I/We hereby apply for insurance to Covea Insurance plc (the insurer) under their usual terms and conditions. I/We confirm that the information supplied by me/us in connection with this proposal is correct to my knowledge and belief. I/We note that I/We should keep a record of all information supplied for the purpose of this proposal and that a copy of such information will be supplied if requested by me/us.
I/We consent to the seeking of information from other insurers and I/We authorise the giving of such information for such purposes. I/We also consent to the insurer or their agents seeking medical information from any doctor who at any time has attended me concerning anything which affects my physical or mental health and I/ We authorise the giving of such information.

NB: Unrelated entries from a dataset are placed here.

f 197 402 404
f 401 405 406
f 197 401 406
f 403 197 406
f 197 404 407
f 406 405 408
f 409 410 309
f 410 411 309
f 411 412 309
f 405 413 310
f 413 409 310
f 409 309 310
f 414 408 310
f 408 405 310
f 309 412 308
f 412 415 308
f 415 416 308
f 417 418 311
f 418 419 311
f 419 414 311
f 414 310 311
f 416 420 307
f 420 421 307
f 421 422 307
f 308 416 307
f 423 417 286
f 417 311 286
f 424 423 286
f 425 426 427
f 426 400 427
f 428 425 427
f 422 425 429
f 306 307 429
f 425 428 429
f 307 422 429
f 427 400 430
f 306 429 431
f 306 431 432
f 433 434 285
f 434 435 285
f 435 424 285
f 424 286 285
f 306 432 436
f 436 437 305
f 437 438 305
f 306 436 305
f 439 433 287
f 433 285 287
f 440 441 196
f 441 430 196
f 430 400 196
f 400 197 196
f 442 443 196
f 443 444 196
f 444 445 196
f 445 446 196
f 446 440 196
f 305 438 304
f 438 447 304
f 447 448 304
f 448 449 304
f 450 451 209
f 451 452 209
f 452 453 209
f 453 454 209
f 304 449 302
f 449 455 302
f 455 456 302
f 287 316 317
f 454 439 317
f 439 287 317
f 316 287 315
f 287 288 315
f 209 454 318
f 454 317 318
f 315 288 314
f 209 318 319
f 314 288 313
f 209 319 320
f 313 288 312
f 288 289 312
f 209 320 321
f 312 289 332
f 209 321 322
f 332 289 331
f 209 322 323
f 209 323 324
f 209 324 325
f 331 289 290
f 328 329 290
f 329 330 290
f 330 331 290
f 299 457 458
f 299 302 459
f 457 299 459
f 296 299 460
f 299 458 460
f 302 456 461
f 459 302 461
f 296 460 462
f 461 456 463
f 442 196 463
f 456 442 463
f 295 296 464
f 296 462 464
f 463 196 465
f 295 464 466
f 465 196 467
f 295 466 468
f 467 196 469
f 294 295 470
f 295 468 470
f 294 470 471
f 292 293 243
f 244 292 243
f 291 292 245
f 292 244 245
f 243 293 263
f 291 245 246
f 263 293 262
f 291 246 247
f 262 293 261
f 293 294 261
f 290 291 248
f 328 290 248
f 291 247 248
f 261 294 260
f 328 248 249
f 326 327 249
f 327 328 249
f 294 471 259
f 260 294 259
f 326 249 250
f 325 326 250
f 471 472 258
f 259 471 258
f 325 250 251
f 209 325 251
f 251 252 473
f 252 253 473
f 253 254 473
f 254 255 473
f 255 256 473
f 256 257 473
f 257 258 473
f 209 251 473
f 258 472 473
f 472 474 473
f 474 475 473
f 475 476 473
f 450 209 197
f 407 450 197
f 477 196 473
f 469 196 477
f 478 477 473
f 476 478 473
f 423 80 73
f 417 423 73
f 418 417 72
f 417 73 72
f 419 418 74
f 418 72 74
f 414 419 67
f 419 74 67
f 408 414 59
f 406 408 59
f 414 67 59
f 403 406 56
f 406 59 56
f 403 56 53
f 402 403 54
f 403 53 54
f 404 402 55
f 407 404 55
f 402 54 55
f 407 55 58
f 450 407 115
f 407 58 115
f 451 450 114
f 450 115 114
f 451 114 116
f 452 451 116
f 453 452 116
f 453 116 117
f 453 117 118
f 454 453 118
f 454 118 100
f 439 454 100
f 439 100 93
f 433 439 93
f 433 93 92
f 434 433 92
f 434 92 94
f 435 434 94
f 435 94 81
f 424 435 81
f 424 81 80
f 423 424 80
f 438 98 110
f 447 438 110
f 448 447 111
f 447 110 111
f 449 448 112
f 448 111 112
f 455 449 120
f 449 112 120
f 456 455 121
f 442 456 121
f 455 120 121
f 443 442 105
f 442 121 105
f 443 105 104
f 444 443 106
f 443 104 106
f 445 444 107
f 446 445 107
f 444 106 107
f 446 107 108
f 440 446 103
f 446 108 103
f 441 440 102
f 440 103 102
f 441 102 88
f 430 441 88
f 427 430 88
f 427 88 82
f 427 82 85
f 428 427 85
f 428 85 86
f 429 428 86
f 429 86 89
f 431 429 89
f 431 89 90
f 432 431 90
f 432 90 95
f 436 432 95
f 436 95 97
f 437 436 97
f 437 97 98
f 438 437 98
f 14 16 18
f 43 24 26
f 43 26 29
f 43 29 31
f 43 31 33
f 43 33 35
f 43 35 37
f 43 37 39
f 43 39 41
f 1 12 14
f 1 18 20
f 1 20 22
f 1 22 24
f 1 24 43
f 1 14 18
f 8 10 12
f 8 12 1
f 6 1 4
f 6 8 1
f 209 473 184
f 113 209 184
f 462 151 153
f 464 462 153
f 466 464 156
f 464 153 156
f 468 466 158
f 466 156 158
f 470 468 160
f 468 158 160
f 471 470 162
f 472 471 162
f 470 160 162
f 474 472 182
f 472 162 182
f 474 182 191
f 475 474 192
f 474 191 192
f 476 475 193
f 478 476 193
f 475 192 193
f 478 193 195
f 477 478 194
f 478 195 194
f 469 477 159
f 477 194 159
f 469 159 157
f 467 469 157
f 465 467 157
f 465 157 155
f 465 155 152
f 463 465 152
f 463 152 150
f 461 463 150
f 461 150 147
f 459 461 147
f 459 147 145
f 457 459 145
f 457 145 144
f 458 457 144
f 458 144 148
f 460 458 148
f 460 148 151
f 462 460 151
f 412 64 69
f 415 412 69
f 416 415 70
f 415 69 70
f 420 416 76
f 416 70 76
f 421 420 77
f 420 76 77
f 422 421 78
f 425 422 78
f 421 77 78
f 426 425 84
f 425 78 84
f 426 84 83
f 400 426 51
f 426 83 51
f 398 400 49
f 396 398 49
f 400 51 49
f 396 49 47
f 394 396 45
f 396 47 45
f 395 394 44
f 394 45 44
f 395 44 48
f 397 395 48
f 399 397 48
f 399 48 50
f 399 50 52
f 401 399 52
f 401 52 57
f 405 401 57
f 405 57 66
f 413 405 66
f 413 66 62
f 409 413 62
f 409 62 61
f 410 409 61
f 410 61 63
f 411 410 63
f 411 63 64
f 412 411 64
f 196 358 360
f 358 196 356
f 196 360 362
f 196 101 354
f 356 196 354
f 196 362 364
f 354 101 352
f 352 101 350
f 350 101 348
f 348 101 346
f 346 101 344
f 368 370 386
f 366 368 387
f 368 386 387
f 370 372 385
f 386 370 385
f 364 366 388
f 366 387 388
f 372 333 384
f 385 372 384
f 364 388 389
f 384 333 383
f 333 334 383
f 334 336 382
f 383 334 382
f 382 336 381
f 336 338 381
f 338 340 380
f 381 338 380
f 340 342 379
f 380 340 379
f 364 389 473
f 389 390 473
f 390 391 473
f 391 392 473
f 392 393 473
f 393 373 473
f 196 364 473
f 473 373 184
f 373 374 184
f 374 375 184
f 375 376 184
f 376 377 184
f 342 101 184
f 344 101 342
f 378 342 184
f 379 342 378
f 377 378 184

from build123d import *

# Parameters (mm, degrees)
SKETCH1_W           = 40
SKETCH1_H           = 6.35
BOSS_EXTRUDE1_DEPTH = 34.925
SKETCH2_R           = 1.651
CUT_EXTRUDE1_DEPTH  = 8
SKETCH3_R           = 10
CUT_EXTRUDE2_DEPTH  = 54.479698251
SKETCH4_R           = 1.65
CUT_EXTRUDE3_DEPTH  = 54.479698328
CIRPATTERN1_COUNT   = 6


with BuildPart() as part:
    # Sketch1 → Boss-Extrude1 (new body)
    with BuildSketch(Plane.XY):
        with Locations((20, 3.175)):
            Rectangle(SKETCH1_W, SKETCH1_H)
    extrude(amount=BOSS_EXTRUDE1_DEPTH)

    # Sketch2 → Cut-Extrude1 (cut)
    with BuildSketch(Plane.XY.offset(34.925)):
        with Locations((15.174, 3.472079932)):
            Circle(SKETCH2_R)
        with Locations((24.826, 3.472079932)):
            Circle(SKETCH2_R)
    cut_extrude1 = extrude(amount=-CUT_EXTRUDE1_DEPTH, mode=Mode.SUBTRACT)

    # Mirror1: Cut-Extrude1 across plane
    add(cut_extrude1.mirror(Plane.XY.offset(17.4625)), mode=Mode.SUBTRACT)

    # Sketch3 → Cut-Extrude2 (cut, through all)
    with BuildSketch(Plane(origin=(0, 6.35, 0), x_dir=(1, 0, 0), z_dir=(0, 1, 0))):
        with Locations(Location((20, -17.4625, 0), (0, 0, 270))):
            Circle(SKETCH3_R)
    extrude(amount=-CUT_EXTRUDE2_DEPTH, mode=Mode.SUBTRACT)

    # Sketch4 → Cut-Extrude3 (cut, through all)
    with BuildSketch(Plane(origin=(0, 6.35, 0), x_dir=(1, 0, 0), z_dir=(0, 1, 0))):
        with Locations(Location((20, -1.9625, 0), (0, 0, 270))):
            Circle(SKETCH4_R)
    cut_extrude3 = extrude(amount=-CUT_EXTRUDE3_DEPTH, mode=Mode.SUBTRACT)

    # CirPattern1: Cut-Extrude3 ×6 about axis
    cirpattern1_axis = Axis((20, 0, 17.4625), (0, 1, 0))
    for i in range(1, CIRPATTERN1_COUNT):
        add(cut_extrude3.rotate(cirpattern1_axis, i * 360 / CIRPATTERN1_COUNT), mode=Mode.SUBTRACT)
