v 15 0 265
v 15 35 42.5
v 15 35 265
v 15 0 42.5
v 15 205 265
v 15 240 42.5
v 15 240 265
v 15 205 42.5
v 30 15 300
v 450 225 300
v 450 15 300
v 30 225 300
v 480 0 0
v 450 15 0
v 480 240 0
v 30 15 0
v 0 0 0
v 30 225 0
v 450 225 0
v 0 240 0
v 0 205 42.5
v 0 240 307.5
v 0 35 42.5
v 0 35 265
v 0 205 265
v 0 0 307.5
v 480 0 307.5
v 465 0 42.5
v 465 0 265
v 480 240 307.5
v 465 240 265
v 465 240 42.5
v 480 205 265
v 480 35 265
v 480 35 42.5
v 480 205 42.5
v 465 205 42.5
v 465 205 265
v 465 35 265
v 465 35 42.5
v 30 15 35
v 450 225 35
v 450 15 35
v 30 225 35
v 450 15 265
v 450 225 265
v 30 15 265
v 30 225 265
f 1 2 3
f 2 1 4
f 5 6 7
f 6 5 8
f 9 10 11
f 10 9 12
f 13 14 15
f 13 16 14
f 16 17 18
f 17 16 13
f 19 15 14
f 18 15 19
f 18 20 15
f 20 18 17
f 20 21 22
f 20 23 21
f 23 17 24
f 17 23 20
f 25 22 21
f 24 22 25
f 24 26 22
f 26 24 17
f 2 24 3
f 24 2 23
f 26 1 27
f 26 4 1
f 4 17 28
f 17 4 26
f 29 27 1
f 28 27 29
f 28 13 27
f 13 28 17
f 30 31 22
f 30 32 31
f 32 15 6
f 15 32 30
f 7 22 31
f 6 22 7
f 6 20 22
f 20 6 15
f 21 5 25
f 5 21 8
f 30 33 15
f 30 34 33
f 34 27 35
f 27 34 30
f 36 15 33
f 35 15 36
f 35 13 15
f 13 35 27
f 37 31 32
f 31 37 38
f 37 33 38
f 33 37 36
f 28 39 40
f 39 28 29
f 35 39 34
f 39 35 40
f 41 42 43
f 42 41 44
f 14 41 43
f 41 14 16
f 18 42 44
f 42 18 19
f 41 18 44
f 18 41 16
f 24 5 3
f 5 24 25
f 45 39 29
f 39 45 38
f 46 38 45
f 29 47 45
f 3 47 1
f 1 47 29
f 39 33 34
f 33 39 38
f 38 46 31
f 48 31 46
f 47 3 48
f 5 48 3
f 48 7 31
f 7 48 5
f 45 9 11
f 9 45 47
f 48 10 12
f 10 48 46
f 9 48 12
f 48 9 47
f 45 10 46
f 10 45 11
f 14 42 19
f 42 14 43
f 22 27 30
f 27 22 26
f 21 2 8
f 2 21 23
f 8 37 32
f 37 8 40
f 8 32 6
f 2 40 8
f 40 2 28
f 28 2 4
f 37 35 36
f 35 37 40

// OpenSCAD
// inch = 25.4;
inch = 10;

// x
two_x_four_thickness = 1.5 * inch;
// y
two_x_four_width = 3.5 * inch;

// z
leg_length = 30 * inch;

// x
top_width = 48 * inch;
// y
top_depth = 24 * inch;
// z
top_thickness = 0.75 * inch;

module two_by_four(length) {   
    cube([two_x_four_thickness, two_x_four_width, length]);
}

module leg() {
    color([1, 0, 0]) {
        two_by_four(leg_length);
    }
}


module crossbrace() {
    // short crossbrace
    translate([0, (top_depth - two_x_four_width), 0]) {
        rotate([90, 0, 0]) {
            color([0, .5, 0]) {
                two_by_four(top_depth - (two_x_four_width * 2));
            }
        }
    }

    // long crossbrace
    translate([two_x_four_thickness, (top_depth - two_x_four_thickness), 0]) {
        rotate([90, 0, 0]) {
            color([.5, 0, 0]) {
                two_by_four(top_depth - (two_x_four_thickness * 2));
            }
        }
    }
}

// LEGS
union() {
    // leg 1
    leg();
    // leg 2
    translate([0, (top_depth - two_x_four_width), 0]) {
        leg();
    }
    // leg 3
    translate([(top_width - two_x_four_thickness), (top_depth - two_x_four_width), 0]) {
        leg();
    }
    // leg 4
    translate([(top_width - two_x_four_thickness), 0, 0]) {
        leg();
    }
}

// CROSSBRACES
union() {
// SHEETS
union() {
    // leg 1 & 2 top crossbrace
    translate([0, 0, (leg_length - two_x_four_width)]) {
        crossbrace();
    }

    // leg 1 & 2 bottom crossbrace
    crossbrace();
    // leg 3 & 4 top crossbrace
    translate([top_width, 0, leg_length]) { {
        rotate([0, 180, 0])
            crossbrace();
        }    
    }
    // leg 3 & 4 bottom crossbrace
    translate([top_width, 0, two_x_four_width]) { {
        rotate([0, 180, 0])
            crossbrace();
        }    
    }
    // front bottom crossbrace
    translate([two_x_four_thickness, 0, 0]) {
        rotate([90, 0, 90]) {
            color([0, 1, 0]) {
                two_by_four(top_width - (two_x_four_thickness * 2));
            }
        }
    }
    // back bottom crossbrace
    translate([two_x_four_thickness, (top_depth - two_x_four_thickness), 0]) {
        rotate([90, 0, 90]) {
            color([0, 1, 0]) {
                two_by_four(top_width - (two_x_four_thickness * 2));
            }
        }
    }
    // front top crossbrace
    translate([two_x_four_thickness, 0, (leg_length - two_x_four_width)]) {
        rotate([90, 0, 90]) {
            color([0, 1, 0]) {
                two_by_four(top_width - (two_x_four_thickness * 2));
            }
        }
    }
    // back top crossbrace
    translate([two_x_four_thickness, (top_depth - two_x_four_thickness), (leg_length - two_x_four_width)]) {
        rotate([90, 0, 90]) {
            color([0, 1, 0]) {
                two_by_four(top_width - (two_x_four_thickness * 2));
            }
        }
    }
}

    // top
    translate([0, 0, leg_length]) {
        color([0, 0, 1]) {
            cube([top_width, top_depth, top_thickness]);
        }
    }

    // bottom
    translate([0, 0, two_x_four_width]) {
        color([0, 0, 1]) {
            cube([top_width, top_depth, top_thickness]);
        }
    }
}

Notice under the Data Protection Act 1988 and 2003
I/We confirm and agree that information about me/us and this Proposal may be retained on paper and computer by APRIL Ireland and used:
A. by Covea Insurance plc, APRIL Ireland and other businesses that provide insurance services relating to the proposal as may be necessary for the administration of my/our policy and dealing with claims. In dealing with claims under my/ our policy I/We agree that it may be necessary for APRIL Ireland to obtain and use sensitive personal information about me/us.
B. to provide information about me/us (whether provided in the proposal or claim form) to other insurers for the prevention of fraud and to other third parties for the purpose of administration of their policy or any claim. Details of such third parties and other insurers will be made available on request.
I/We have been provided with details of the procedure to follow in the event of a complaint.
Your contact information may be used to send you details about other products and services available from APRIL Ireland that might interest you. If you do not wish to receive this information please tick this box.
Warning: The current premium may increase with 30 days notice.